Questions remain over CEO succession
Altogether, UNFI plans to win $38 billion in additional business from its existing customers and over $70 billion in business from new customers. Chris Testa, the company’s president, said it sees multiple opportunities to claim additional share of the $1 trillion wholesale market, noting that most new volume would come from small and medium-sized deals rather than large, sweeping contracts.
“We don't have a single competitor,” he said. “We are sourcing volume from captive distribution, from local suppliers, from national wholesalers, even folks that are buying things from club stores that now want us to service them.”
“We've made tremendous progress, but we still have an incredible opportunity ahead to simplify our business, optimize our network, improve the associate experience and stay at the forefront of the industry."
Eric Dorne
Chief operating officer, UNFI
Through its growth plan, UNFI aims to become the dominant player in North American wholesaling and fully leverage the assets it gained in the Supervalu acquisition.
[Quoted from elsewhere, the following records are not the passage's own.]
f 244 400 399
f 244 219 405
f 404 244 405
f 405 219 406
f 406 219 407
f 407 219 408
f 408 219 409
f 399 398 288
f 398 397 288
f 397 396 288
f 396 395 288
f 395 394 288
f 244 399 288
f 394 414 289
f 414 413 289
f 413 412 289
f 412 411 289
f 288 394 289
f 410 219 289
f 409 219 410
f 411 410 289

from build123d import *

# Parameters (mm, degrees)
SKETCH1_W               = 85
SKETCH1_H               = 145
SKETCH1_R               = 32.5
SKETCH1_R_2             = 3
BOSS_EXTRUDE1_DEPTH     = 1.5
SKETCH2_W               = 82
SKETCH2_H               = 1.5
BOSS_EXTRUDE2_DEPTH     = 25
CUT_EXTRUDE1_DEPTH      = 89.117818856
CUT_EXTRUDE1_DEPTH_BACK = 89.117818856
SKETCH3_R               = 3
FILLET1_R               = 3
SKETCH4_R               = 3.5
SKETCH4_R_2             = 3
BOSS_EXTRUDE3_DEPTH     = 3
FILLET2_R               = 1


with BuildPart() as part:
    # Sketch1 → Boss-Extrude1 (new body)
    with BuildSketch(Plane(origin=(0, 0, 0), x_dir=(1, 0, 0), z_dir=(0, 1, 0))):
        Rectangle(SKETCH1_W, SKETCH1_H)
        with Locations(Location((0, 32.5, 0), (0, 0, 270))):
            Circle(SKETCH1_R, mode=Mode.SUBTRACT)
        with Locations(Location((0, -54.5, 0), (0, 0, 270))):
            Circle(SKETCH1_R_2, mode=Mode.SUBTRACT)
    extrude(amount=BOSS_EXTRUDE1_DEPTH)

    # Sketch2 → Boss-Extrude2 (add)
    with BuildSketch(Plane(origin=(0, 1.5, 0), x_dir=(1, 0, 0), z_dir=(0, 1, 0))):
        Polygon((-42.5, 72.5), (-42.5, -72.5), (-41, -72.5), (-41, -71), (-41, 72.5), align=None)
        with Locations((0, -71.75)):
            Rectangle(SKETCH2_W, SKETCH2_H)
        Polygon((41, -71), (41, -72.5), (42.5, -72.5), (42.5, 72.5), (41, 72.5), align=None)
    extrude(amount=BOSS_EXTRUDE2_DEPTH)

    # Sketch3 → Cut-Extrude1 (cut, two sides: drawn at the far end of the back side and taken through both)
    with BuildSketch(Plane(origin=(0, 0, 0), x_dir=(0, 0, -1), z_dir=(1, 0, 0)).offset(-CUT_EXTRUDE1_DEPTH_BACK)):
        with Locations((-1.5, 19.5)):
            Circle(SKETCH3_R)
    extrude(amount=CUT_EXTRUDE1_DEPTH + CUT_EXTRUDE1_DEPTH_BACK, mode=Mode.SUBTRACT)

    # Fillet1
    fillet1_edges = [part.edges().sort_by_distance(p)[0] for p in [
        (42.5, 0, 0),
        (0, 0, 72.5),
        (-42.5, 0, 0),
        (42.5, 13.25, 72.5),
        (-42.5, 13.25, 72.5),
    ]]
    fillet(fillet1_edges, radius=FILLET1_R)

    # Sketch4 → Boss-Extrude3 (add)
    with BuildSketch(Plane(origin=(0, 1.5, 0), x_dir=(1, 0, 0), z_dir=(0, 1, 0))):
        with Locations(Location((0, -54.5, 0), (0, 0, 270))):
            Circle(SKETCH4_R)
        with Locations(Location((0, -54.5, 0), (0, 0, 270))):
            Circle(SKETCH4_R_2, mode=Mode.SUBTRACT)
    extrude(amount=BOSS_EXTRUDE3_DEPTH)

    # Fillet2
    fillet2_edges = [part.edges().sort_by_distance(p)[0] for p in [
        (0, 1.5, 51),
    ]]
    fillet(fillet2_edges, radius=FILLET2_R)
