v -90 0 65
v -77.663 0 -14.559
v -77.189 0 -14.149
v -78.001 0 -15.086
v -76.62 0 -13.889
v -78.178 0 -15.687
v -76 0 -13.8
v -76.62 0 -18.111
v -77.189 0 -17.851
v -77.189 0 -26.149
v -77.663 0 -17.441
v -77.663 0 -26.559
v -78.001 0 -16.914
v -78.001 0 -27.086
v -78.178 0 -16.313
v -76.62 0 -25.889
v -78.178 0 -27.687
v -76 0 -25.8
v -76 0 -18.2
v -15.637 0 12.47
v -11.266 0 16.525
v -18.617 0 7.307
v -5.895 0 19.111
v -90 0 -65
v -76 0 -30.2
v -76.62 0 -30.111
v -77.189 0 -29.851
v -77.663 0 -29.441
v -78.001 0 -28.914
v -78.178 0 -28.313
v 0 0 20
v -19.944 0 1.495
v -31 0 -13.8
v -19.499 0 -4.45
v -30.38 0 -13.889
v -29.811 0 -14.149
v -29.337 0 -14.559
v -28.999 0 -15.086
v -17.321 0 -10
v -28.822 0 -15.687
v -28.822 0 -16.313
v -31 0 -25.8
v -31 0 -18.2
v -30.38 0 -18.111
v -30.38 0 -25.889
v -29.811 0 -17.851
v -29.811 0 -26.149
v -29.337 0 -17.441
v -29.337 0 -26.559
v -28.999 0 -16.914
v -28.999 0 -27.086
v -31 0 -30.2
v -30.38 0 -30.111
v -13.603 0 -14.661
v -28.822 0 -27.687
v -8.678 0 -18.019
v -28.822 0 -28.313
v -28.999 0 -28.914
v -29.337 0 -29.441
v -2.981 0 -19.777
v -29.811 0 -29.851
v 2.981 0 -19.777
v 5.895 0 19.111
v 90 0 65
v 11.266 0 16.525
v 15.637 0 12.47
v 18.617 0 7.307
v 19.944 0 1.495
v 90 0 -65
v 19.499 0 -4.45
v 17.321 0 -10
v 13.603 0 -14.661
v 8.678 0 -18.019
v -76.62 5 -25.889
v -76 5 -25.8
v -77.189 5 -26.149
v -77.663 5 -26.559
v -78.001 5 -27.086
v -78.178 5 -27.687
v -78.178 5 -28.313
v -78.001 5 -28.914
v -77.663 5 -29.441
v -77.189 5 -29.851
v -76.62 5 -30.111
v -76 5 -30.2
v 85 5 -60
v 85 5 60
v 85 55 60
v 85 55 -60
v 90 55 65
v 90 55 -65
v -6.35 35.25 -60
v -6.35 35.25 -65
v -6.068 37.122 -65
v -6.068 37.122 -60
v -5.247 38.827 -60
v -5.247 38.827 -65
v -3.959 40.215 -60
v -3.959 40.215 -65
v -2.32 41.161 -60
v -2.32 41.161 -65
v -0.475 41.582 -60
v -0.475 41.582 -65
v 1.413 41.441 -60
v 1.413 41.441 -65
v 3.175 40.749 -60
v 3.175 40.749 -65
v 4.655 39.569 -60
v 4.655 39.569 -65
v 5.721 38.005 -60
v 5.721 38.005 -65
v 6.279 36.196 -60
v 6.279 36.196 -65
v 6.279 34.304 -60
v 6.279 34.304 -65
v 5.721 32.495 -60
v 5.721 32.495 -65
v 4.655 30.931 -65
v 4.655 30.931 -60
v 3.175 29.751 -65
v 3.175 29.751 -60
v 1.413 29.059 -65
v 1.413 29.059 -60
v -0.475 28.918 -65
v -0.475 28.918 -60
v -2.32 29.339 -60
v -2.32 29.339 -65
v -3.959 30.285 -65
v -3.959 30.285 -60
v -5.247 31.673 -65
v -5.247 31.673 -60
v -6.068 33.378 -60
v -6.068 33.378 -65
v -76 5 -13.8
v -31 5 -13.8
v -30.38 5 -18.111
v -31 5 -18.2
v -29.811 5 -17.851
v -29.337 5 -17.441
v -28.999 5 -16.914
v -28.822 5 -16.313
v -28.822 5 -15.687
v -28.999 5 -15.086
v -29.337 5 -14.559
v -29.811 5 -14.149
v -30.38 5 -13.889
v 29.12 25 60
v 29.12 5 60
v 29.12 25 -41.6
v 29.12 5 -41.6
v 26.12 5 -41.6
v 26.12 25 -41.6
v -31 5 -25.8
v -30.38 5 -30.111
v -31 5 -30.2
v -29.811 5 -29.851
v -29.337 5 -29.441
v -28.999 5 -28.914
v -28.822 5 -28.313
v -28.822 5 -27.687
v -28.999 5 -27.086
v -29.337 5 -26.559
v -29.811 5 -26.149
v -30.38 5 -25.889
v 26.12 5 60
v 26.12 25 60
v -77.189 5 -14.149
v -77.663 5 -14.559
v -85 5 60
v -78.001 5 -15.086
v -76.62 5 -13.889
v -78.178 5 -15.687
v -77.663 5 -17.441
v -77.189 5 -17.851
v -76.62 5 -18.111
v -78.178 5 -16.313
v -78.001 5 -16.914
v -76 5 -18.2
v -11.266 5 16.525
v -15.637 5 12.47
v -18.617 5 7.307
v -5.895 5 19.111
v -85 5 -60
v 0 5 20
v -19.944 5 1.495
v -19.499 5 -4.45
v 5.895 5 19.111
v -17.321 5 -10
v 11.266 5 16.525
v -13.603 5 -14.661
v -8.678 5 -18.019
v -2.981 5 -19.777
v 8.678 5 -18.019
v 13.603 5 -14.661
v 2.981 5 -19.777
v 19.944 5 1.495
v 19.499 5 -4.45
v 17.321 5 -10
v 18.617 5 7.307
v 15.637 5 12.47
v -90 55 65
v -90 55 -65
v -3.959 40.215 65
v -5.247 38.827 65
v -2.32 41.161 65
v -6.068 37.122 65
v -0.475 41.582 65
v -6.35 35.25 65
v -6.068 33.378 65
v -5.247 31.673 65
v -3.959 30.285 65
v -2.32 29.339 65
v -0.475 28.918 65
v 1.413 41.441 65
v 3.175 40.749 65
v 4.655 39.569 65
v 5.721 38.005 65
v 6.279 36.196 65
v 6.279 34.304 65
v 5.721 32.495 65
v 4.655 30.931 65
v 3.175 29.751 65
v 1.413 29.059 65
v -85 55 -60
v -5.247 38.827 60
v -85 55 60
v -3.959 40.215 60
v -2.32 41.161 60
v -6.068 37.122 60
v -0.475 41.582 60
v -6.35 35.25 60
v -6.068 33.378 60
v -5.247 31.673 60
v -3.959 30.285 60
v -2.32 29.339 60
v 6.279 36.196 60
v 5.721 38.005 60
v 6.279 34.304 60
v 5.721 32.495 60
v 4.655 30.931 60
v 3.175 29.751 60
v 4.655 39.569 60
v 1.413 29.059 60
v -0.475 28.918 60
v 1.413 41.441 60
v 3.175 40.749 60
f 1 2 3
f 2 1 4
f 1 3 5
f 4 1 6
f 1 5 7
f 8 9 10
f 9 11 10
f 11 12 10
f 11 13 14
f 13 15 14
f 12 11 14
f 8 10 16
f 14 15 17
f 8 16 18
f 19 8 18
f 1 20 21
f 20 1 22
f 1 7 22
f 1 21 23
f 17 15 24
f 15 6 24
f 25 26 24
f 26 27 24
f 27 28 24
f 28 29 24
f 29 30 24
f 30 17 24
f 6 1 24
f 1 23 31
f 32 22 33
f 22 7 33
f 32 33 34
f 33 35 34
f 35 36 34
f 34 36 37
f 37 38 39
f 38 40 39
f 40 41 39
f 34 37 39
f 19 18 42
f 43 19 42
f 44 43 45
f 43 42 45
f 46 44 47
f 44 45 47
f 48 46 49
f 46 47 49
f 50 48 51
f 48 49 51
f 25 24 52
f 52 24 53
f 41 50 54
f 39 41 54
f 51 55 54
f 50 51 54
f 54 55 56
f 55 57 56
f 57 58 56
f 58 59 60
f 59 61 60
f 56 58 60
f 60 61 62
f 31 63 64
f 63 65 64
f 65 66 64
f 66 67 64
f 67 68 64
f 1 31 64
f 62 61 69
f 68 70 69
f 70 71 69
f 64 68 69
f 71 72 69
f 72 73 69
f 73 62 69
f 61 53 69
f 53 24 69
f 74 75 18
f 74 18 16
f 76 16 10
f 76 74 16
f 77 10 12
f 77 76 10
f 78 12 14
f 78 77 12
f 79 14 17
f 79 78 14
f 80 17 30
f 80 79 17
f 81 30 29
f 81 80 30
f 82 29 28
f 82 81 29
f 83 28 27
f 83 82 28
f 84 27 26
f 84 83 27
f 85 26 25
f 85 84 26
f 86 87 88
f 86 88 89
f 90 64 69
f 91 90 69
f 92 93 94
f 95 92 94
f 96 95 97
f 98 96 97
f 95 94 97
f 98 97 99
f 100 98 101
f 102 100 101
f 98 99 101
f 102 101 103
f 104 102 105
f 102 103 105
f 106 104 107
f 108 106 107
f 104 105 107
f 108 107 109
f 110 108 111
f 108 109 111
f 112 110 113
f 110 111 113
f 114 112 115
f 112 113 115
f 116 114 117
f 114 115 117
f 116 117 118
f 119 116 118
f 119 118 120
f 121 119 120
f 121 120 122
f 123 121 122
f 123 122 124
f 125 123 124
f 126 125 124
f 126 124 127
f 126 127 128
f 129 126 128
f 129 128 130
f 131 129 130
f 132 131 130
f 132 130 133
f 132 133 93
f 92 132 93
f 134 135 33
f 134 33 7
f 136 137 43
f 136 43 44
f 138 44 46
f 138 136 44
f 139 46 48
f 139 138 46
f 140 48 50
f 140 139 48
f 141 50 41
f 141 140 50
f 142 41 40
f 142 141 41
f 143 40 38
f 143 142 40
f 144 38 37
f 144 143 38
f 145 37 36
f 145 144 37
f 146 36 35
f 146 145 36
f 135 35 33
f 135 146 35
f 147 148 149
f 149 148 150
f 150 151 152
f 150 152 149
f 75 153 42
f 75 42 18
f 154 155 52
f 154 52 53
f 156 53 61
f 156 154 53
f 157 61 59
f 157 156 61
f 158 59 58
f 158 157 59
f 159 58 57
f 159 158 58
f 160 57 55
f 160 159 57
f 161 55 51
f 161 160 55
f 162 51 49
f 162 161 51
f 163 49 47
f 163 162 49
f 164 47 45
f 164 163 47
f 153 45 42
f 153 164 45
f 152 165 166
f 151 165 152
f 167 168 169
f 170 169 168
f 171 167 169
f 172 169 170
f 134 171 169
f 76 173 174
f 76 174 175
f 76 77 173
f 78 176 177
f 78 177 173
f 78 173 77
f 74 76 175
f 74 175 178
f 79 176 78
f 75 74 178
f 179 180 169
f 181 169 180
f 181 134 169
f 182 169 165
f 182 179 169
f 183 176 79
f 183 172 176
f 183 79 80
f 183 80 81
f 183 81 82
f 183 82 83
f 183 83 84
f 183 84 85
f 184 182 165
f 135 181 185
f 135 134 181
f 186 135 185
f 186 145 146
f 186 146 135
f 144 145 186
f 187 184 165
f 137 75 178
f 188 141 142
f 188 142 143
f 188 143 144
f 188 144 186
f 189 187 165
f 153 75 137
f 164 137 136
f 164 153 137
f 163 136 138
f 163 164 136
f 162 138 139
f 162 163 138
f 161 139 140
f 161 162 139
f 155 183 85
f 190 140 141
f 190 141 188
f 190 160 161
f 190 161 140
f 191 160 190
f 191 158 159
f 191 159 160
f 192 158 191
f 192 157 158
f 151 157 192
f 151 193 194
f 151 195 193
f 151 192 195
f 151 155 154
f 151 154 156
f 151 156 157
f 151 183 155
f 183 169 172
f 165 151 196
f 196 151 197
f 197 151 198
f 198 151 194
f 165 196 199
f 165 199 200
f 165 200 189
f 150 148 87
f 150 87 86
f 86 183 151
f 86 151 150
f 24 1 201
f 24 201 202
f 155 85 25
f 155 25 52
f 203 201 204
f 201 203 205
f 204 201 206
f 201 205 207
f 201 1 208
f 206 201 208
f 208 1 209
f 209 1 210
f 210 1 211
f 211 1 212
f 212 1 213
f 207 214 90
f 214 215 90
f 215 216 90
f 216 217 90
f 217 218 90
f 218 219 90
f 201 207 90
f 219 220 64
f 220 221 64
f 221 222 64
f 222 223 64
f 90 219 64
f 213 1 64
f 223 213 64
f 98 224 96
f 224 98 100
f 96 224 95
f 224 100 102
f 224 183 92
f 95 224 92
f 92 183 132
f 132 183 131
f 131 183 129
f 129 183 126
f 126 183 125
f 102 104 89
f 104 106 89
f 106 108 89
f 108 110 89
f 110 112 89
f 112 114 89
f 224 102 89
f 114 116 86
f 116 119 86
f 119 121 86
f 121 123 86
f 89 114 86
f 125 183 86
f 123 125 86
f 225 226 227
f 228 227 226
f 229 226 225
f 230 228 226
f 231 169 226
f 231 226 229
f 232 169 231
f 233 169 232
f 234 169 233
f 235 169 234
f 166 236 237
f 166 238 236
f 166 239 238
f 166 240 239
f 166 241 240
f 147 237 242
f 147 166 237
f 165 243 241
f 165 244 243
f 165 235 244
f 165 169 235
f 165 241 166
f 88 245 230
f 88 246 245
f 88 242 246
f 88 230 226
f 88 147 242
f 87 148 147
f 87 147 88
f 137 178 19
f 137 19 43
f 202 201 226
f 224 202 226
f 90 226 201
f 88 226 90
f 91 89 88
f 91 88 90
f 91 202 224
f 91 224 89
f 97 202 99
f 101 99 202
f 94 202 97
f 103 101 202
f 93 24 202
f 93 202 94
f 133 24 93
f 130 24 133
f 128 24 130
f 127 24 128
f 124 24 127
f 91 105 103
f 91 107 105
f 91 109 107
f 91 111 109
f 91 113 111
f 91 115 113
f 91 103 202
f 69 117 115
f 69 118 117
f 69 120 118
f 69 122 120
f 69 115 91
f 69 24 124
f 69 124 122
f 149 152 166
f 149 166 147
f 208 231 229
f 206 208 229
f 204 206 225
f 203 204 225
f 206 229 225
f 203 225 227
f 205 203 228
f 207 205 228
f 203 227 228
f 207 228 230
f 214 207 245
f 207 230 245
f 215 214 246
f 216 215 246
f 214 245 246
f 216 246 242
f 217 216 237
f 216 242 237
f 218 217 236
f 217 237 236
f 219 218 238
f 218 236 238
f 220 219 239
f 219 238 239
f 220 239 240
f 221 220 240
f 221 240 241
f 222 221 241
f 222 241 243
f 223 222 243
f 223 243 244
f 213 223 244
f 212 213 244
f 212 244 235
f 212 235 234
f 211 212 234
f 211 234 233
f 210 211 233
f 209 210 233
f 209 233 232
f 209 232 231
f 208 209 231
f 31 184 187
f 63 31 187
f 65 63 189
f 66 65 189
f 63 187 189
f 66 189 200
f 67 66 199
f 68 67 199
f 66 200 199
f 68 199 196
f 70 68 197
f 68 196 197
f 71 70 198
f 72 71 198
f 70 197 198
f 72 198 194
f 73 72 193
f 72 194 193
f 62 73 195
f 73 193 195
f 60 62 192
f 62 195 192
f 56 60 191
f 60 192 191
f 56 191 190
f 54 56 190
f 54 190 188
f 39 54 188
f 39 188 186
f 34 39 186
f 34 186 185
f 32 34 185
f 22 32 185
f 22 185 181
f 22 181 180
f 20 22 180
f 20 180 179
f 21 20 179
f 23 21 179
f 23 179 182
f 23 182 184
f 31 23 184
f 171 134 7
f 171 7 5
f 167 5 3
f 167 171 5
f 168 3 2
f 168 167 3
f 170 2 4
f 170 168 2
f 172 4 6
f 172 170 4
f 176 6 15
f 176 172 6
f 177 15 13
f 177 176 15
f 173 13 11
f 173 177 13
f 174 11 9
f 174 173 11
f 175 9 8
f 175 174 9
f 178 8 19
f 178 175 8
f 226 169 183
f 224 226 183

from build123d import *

# Parameters (mm, degrees)
ESQUISSE1_W             = 180
ESQUISSE1_H             = 130
ESQUISSE1_W_2           = 170
ESQUISSE1_H_2           = 120
BOSS_EXTRU_2_DEPTH      = 55
ESQUISSE2_W             = 170
ESQUISSE2_H             = 120
BOSS_EXTRU_3_DEPTH      = 5
ESQUISSE3_R             = 20
ENL_V_MAT_EXTRU_1_DEPTH = 122.757956619
ENL_V_MAT_EXTRU_2_DEPTH = 122.757956619
ENL_V_MAT_EXTRU_3_REACH = 169.407
ESQUISSE5_R             = 6.35
ESQUISSE6_W             = 3
ESQUISSE6_H             = 101.6
BOSS_EXTRU_4_DEPTH      = 20


with BuildPart() as part:
    # Esquisse1 → Boss.-Extru.2 (new body)
    with BuildSketch(Plane(origin=(0, 0, 0), x_dir=(1, 0, 0), z_dir=(0, 1, 0))):
        Rectangle(ESQUISSE1_W, ESQUISSE1_H)
        Rectangle(ESQUISSE1_W_2, ESQUISSE1_H_2, mode=Mode.SUBTRACT)
    extrude(amount=BOSS_EXTRU_2_DEPTH)

    # Esquisse2 → Boss.-Extru.3 (add)
    with BuildSketch(Plane(origin=(0, 0, 0), x_dir=(1, 0, 0), z_dir=(0, 1, 0))):
        Rectangle(ESQUISSE2_W, ESQUISSE2_H)
    extrude(amount=BOSS_EXTRU_3_DEPTH)

    # Esquisse3 → Enlèv. mat.-Extru.1 (cut, through all)
    with BuildSketch(Plane(origin=(0, 5, 0), x_dir=(1, 0, 0), z_dir=(0, 1, 0))):
        with Locations(Location((0, 0, 0), (0, 0, 270))):
            Circle(ESQUISSE3_R)
    extrude(amount=-ENL_V_MAT_EXTRU_1_DEPTH, mode=Mode.SUBTRACT)

    # Esquisse4 → Enlèv. mat.-Extru.2 (cut, through all)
The timing of that plan is awkward, however, given Spinner’s impending retirement, first announced last year and set for this summer. The company recently extended his contract as it searches for a successor.
A new CEO, which UNFI is set to name late this summer or early fall, according to Spinner, could amend or even wipe away the plan set forward by their successor. Addressing this concern, Spinner said the company board is prioritizing someone who is a culture fit and endorses its new strategy for the top role.
“We're going to find a candidate who's going to embrace the culture of the strategy that we've worked so hard to create,” he said.
In an investor note issued on Thursday, R5 Capital analyst Scott Mushkin expressed admiration for UNFI’s growth plan, but said the timing so close to Spinner’s departure creates uncertainty.
“Any strong outside leader will undoubtedly want to put their own stamp on both the company's strategy and personnel, which creates a cloud of uncertainty in our minds,” Mushkin noted. “The sooner that the search for the CEO can be completed, the better off both the company and shareholders could be. An internal candidate would seem to make the most sense to us at this stage."